[[ Data to use, beginning ]]

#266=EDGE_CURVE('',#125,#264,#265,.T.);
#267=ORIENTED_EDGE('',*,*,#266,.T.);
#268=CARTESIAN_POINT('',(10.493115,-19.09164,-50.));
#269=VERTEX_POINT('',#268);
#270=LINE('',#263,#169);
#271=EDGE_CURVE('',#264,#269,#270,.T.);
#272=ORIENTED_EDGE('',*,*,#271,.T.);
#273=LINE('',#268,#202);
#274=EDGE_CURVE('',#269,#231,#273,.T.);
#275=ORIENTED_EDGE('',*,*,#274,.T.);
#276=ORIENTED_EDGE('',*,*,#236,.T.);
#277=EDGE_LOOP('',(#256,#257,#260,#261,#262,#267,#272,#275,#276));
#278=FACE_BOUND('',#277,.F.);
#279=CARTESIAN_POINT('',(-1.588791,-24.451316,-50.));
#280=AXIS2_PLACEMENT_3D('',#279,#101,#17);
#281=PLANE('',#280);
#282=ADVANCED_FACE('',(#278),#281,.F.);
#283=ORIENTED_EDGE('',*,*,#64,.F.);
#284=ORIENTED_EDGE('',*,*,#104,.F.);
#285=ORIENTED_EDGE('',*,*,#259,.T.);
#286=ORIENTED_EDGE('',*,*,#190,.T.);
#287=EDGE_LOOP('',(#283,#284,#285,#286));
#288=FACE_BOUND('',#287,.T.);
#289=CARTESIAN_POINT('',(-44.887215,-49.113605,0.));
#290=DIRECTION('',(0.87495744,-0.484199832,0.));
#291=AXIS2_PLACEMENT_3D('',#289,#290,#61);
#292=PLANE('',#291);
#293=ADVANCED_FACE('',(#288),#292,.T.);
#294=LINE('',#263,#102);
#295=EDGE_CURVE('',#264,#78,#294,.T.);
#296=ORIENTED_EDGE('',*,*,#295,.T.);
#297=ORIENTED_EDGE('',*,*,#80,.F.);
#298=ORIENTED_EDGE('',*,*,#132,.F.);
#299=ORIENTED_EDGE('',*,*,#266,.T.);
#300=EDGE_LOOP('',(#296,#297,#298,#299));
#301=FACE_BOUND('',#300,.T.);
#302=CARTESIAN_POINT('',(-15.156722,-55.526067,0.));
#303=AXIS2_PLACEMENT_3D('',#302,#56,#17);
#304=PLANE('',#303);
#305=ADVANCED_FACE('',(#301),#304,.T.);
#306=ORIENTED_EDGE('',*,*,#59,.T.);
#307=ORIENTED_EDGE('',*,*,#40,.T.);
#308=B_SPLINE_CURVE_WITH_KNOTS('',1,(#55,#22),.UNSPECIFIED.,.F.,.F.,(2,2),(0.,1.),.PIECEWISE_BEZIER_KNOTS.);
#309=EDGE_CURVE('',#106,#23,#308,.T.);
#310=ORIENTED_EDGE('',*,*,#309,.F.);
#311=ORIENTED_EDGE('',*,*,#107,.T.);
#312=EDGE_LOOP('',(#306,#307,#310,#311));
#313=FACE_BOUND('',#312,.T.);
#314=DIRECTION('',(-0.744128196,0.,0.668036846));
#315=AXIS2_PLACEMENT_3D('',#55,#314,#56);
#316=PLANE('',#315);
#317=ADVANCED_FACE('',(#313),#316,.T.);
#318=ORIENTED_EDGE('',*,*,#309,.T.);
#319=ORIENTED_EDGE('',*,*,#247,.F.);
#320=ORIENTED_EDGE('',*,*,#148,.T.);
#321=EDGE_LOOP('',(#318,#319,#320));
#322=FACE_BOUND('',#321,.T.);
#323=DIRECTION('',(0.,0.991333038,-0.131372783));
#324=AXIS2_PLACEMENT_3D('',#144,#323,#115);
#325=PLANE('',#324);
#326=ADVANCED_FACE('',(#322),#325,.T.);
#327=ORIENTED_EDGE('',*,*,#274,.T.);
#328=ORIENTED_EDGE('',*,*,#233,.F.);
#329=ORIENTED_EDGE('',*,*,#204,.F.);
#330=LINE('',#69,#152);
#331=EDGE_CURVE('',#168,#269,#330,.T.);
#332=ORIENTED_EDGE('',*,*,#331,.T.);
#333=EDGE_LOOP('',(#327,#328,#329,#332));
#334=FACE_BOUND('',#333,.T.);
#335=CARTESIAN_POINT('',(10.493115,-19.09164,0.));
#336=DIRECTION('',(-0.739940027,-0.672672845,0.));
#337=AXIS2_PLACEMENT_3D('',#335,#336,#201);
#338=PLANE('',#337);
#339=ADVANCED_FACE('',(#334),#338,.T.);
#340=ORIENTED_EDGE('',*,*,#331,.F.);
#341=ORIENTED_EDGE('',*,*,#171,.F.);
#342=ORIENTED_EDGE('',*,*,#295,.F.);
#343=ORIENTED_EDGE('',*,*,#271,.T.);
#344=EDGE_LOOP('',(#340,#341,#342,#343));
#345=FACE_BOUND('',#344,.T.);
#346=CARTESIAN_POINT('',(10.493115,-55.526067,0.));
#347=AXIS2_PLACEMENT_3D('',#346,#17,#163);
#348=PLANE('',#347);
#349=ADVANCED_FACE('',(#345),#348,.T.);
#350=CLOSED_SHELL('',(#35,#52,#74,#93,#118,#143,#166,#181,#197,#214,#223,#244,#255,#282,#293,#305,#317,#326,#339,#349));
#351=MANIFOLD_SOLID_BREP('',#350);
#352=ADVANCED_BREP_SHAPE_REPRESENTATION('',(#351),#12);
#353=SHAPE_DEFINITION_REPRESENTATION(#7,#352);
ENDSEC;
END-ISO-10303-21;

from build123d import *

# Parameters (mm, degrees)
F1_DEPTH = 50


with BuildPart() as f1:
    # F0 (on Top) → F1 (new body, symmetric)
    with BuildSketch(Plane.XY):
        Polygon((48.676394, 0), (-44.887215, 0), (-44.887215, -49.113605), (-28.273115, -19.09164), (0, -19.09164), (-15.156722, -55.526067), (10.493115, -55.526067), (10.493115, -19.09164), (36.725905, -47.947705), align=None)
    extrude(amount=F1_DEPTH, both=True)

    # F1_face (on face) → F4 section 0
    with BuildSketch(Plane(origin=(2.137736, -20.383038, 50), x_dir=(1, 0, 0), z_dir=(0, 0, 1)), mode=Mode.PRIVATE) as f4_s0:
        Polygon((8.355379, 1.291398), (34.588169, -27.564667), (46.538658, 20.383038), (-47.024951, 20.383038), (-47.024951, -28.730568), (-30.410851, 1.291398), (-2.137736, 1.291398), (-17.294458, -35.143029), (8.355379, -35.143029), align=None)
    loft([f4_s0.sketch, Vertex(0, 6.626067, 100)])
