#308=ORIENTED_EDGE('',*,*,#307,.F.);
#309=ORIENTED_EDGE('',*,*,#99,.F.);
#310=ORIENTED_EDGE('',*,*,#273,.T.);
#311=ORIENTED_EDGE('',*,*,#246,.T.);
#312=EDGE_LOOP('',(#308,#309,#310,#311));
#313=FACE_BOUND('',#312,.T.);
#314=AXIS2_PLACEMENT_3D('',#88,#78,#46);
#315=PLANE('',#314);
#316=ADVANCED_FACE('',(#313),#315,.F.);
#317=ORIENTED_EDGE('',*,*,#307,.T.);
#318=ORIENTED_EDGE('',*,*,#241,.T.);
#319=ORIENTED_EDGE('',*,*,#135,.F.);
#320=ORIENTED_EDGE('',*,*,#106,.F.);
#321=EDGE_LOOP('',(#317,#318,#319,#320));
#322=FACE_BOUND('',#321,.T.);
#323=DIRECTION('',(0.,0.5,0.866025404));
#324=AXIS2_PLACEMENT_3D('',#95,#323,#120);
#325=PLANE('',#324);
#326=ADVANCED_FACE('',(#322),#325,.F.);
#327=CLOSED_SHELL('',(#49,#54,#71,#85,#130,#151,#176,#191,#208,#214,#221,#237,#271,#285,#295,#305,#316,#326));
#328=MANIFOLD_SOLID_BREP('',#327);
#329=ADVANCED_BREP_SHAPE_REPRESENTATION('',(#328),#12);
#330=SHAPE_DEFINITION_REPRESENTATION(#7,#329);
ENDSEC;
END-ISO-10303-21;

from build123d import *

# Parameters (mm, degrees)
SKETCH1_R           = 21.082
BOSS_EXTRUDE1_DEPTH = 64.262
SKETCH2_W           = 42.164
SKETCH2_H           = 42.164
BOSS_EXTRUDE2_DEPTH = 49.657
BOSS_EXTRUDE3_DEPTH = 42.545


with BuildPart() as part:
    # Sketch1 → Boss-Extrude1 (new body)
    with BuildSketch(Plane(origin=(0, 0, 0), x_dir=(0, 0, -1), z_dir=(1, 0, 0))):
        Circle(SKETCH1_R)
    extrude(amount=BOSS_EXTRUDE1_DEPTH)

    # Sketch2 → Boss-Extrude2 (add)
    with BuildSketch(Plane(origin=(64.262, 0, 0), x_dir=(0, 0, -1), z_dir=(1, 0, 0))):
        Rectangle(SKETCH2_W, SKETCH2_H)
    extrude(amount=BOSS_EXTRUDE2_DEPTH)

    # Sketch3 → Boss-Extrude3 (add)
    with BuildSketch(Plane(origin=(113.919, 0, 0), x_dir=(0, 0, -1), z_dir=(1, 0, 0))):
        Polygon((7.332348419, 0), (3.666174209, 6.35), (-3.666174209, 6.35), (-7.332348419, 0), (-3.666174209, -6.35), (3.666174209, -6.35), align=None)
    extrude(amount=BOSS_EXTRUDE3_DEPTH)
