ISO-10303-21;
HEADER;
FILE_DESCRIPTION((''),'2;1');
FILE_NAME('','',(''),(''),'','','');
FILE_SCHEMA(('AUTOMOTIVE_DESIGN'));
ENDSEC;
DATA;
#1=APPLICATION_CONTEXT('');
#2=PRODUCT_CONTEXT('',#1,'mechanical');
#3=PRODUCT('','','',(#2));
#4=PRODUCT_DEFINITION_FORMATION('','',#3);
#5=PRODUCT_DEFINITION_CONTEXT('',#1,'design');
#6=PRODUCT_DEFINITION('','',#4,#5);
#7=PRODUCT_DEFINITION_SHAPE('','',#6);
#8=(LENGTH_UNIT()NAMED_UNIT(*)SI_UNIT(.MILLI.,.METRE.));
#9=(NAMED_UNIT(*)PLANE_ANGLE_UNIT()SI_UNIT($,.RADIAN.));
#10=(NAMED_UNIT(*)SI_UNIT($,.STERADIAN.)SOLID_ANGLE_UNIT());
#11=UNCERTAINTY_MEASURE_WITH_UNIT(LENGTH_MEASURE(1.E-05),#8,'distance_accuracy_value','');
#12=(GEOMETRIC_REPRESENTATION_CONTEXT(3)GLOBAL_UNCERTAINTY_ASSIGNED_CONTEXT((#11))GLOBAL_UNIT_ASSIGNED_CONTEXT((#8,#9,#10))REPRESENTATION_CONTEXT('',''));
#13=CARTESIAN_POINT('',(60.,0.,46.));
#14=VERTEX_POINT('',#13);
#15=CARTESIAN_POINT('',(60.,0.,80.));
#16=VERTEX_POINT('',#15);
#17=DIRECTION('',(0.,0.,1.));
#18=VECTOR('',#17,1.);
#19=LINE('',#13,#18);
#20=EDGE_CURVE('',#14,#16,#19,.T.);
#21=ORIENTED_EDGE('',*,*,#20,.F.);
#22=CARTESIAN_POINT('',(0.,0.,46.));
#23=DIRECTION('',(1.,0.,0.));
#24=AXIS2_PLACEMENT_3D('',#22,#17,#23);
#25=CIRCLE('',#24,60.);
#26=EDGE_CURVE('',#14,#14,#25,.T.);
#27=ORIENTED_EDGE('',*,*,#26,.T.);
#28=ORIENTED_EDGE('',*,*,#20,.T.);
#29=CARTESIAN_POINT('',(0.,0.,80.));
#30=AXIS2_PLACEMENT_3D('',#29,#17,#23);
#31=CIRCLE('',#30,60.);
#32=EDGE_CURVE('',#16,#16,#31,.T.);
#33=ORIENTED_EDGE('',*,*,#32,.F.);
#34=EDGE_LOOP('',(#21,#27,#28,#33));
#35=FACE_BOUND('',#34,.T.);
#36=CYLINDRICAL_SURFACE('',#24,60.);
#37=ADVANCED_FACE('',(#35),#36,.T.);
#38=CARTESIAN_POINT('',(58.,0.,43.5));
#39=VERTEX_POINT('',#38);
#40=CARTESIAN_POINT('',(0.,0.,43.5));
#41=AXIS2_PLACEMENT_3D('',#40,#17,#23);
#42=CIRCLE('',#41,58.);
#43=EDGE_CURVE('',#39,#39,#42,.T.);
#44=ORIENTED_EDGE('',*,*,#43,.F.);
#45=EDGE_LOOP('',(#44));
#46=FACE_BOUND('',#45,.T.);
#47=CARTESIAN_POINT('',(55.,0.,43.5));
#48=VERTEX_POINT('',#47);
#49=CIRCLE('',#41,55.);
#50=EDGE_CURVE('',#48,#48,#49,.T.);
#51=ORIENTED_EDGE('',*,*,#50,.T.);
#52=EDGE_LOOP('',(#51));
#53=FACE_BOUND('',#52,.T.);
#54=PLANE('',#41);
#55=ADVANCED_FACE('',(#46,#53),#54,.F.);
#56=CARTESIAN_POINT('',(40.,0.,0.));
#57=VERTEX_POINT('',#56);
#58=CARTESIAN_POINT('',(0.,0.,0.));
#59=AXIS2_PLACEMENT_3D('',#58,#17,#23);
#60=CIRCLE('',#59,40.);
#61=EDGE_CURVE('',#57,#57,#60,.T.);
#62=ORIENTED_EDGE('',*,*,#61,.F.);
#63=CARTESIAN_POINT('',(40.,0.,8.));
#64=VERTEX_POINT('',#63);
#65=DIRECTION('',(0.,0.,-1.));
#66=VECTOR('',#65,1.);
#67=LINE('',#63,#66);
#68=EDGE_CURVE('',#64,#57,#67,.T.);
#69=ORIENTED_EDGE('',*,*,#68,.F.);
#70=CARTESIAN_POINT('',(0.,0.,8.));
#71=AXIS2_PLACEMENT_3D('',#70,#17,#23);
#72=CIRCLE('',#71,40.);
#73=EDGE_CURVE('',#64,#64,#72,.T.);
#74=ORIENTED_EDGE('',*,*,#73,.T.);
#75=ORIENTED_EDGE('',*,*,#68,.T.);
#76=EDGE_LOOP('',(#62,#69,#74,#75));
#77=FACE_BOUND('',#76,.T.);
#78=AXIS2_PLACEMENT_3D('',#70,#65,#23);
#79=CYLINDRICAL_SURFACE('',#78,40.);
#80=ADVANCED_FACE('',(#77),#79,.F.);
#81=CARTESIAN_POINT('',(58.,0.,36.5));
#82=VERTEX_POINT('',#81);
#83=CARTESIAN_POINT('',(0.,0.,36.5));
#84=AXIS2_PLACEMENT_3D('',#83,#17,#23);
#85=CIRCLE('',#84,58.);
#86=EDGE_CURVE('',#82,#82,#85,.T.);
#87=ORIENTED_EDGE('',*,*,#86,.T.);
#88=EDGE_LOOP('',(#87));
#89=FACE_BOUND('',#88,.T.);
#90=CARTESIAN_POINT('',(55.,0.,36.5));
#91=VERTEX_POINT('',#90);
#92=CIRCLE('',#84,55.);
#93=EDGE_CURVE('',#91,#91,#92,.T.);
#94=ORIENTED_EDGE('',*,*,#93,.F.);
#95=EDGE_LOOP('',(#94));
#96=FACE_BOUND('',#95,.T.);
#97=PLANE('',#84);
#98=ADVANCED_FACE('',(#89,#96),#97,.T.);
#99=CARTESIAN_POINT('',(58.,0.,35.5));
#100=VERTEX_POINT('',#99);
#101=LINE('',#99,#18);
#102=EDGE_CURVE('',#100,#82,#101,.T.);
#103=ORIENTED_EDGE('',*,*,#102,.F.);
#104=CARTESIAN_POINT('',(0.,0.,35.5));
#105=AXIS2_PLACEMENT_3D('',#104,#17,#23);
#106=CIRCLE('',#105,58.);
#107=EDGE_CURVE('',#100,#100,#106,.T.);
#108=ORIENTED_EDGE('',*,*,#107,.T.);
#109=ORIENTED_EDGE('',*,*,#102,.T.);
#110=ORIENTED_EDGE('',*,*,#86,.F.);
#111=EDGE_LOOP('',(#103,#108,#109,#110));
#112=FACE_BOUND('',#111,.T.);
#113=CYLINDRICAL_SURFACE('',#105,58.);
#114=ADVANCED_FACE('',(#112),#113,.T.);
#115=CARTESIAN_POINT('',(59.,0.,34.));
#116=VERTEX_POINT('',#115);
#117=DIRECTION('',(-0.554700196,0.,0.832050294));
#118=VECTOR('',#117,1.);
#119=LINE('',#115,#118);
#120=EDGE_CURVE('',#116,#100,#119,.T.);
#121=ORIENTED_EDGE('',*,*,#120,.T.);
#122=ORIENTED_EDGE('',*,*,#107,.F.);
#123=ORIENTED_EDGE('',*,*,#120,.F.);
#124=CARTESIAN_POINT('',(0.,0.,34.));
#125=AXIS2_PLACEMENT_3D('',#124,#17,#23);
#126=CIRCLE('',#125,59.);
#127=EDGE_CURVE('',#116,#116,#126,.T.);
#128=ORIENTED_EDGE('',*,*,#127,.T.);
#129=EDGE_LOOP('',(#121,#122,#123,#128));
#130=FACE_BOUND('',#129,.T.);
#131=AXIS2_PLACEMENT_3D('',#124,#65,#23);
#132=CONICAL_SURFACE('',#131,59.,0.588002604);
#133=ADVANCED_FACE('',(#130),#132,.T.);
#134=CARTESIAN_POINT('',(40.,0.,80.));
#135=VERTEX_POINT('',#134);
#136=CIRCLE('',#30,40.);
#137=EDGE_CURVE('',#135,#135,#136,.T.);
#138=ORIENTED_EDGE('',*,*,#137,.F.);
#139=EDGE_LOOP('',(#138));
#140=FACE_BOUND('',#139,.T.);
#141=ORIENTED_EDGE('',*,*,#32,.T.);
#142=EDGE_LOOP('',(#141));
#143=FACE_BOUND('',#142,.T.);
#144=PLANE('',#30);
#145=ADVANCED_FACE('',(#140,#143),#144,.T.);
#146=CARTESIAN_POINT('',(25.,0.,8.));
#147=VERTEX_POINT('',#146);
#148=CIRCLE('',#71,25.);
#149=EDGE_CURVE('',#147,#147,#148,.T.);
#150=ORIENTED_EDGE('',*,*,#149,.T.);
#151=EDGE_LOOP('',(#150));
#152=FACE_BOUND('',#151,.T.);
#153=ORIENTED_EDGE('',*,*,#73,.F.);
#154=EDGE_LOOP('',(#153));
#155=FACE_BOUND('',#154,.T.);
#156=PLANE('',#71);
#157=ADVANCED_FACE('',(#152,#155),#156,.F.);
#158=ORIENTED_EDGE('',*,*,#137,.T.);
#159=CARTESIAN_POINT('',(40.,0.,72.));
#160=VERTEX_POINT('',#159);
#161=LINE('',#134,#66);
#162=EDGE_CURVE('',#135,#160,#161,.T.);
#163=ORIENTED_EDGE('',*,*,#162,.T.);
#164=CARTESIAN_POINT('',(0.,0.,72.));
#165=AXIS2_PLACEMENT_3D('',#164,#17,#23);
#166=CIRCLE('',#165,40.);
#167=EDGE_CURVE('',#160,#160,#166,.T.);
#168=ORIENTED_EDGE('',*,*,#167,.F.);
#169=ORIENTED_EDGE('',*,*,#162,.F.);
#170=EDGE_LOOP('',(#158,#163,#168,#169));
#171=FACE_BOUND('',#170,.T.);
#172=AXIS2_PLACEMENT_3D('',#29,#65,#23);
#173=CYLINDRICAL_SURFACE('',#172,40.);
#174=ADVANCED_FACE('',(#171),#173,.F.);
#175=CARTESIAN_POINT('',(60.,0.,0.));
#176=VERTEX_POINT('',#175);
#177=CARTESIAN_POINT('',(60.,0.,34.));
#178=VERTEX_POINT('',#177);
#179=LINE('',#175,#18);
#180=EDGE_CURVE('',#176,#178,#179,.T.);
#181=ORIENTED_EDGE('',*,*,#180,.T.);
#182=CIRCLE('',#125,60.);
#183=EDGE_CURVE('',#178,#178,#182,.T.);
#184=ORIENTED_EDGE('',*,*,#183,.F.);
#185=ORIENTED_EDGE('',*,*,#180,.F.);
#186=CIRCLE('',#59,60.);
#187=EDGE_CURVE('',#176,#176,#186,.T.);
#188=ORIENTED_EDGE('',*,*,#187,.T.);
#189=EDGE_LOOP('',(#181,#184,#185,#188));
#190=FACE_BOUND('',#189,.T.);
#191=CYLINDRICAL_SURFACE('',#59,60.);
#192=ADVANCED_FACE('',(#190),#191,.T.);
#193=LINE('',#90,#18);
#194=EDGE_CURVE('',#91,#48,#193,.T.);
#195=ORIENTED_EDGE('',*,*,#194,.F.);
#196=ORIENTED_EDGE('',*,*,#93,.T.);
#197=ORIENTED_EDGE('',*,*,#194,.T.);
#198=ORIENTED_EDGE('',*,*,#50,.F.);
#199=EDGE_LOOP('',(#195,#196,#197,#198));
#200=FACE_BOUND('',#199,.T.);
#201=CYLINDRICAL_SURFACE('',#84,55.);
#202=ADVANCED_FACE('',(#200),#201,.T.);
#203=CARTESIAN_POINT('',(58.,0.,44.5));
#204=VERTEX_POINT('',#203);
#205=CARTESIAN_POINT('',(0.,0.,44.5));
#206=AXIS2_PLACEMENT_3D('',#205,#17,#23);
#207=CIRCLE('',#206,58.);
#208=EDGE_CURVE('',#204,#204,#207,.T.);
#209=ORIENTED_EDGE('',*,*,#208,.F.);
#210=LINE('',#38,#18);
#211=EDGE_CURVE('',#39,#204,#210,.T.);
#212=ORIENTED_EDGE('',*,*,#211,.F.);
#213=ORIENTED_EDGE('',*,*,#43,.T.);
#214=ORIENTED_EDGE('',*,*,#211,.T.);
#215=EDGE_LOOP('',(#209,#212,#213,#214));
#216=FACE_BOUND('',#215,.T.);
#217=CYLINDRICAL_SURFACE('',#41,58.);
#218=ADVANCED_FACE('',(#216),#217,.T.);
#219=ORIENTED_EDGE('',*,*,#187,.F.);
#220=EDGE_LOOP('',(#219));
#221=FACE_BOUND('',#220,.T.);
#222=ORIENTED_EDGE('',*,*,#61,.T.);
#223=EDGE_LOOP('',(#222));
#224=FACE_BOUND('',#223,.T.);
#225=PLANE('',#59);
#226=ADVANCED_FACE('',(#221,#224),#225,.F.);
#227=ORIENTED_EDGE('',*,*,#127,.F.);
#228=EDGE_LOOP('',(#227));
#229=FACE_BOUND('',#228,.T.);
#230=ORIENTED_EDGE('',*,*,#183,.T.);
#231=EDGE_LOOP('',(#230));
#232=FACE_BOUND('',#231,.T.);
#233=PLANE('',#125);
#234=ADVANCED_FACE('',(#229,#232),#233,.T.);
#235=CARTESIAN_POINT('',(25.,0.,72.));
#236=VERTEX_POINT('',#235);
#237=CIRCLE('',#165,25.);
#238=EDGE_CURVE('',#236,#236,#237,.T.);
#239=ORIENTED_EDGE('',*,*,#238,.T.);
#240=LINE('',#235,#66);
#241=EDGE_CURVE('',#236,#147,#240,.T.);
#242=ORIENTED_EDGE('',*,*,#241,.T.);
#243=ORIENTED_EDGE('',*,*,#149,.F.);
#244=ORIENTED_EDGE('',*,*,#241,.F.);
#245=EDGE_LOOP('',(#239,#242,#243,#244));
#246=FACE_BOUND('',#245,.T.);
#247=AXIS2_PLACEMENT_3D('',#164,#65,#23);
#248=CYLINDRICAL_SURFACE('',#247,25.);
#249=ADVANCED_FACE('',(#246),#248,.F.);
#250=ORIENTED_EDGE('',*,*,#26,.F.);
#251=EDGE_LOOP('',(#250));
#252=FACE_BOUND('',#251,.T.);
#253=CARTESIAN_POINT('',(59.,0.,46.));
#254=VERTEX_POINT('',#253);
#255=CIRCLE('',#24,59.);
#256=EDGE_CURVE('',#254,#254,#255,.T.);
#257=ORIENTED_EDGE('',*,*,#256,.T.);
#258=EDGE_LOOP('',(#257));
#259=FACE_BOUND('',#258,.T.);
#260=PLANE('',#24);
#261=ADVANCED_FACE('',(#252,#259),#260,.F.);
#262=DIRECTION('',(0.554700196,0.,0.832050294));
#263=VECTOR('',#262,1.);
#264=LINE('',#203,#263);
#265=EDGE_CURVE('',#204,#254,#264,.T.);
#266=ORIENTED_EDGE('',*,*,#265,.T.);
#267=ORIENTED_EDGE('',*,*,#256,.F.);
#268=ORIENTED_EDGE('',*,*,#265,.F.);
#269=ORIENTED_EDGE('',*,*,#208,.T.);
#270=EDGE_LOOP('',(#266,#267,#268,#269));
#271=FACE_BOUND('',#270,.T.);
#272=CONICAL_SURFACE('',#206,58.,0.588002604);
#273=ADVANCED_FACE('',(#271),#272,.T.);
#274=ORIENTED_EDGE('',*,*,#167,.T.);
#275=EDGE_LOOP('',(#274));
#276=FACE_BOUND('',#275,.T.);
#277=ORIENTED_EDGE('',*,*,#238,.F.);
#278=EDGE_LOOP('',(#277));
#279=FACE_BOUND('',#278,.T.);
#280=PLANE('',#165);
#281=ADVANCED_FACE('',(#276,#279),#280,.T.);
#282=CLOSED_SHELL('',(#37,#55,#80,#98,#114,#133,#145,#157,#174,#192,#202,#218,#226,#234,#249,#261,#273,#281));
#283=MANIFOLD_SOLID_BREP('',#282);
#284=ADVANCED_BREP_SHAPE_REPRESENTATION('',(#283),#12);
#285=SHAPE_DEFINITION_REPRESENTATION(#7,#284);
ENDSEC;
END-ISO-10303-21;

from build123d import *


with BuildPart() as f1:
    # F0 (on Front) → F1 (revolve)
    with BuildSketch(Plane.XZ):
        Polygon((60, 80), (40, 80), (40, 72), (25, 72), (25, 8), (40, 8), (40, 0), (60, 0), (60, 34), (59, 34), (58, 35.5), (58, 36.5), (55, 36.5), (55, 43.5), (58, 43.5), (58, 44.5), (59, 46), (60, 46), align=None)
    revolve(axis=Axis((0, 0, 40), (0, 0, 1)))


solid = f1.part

[[ Data to use, end ]]

Problem to solve -> All that is needed is the opening run of the data, given again exactly: please include every line from the first through the line with "#297=ORIENTED_EDGE('',*,*,#80,.F.);", both ends kept.

Answer section ->
#266=EDGE_CURVE('',#125,#264,#265,.T.);
#267=ORIENTED_EDGE('',*,*,#266,.T.);
#268=CARTESIAN_POINT('',(10.493115,-19.09164,-50.));
#269=VERTEX_POINT('',#268);
#270=LINE('',#263,#169);
#271=EDGE_CURVE('',#264,#269,#270,.T.);
#272=ORIENTED_EDGE('',*,*,#271,.T.);
#273=LINE('',#268,#202);
#274=EDGE_CURVE('',#269,#231,#273,.T.);
#275=ORIENTED_EDGE('',*,*,#274,.T.);
#276=ORIENTED_EDGE('',*,*,#236,.T.);
#277=EDGE_LOOP('',(#256,#257,#260,#261,#262,#267,#272,#275,#276));
#278=FACE_BOUND('',#277,.F.);
#279=CARTESIAN_POINT('',(-1.588791,-24.451316,-50.));
#280=AXIS2_PLACEMENT_3D('',#279,#101,#17);
#281=PLANE('',#280);
#282=ADVANCED_FACE('',(#278),#281,.F.);
#283=ORIENTED_EDGE('',*,*,#64,.F.);
#284=ORIENTED_EDGE('',*,*,#104,.F.);
#285=ORIENTED_EDGE('',*,*,#259,.T.);
#286=ORIENTED_EDGE('',*,*,#190,.T.);
#287=EDGE_LOOP('',(#283,#284,#285,#286));
#288=FACE_BOUND('',#287,.T.);
#289=CARTESIAN_POINT('',(-44.887215,-49.113605,0.));
#290=DIRECTION('',(0.87495744,-0.484199832,0.));
#291=AXIS2_PLACEMENT_3D('',#289,#290,#61);
#292=PLANE('',#291);
#293=ADVANCED_FACE('',(#288),#292,.T.);
#294=LINE('',#263,#102);
#295=EDGE_CURVE('',#264,#78,#294,.T.);
#296=ORIENTED_EDGE('',*,*,#295,.T.);
#297=ORIENTED_EDGE('',*,*,#80,.F.);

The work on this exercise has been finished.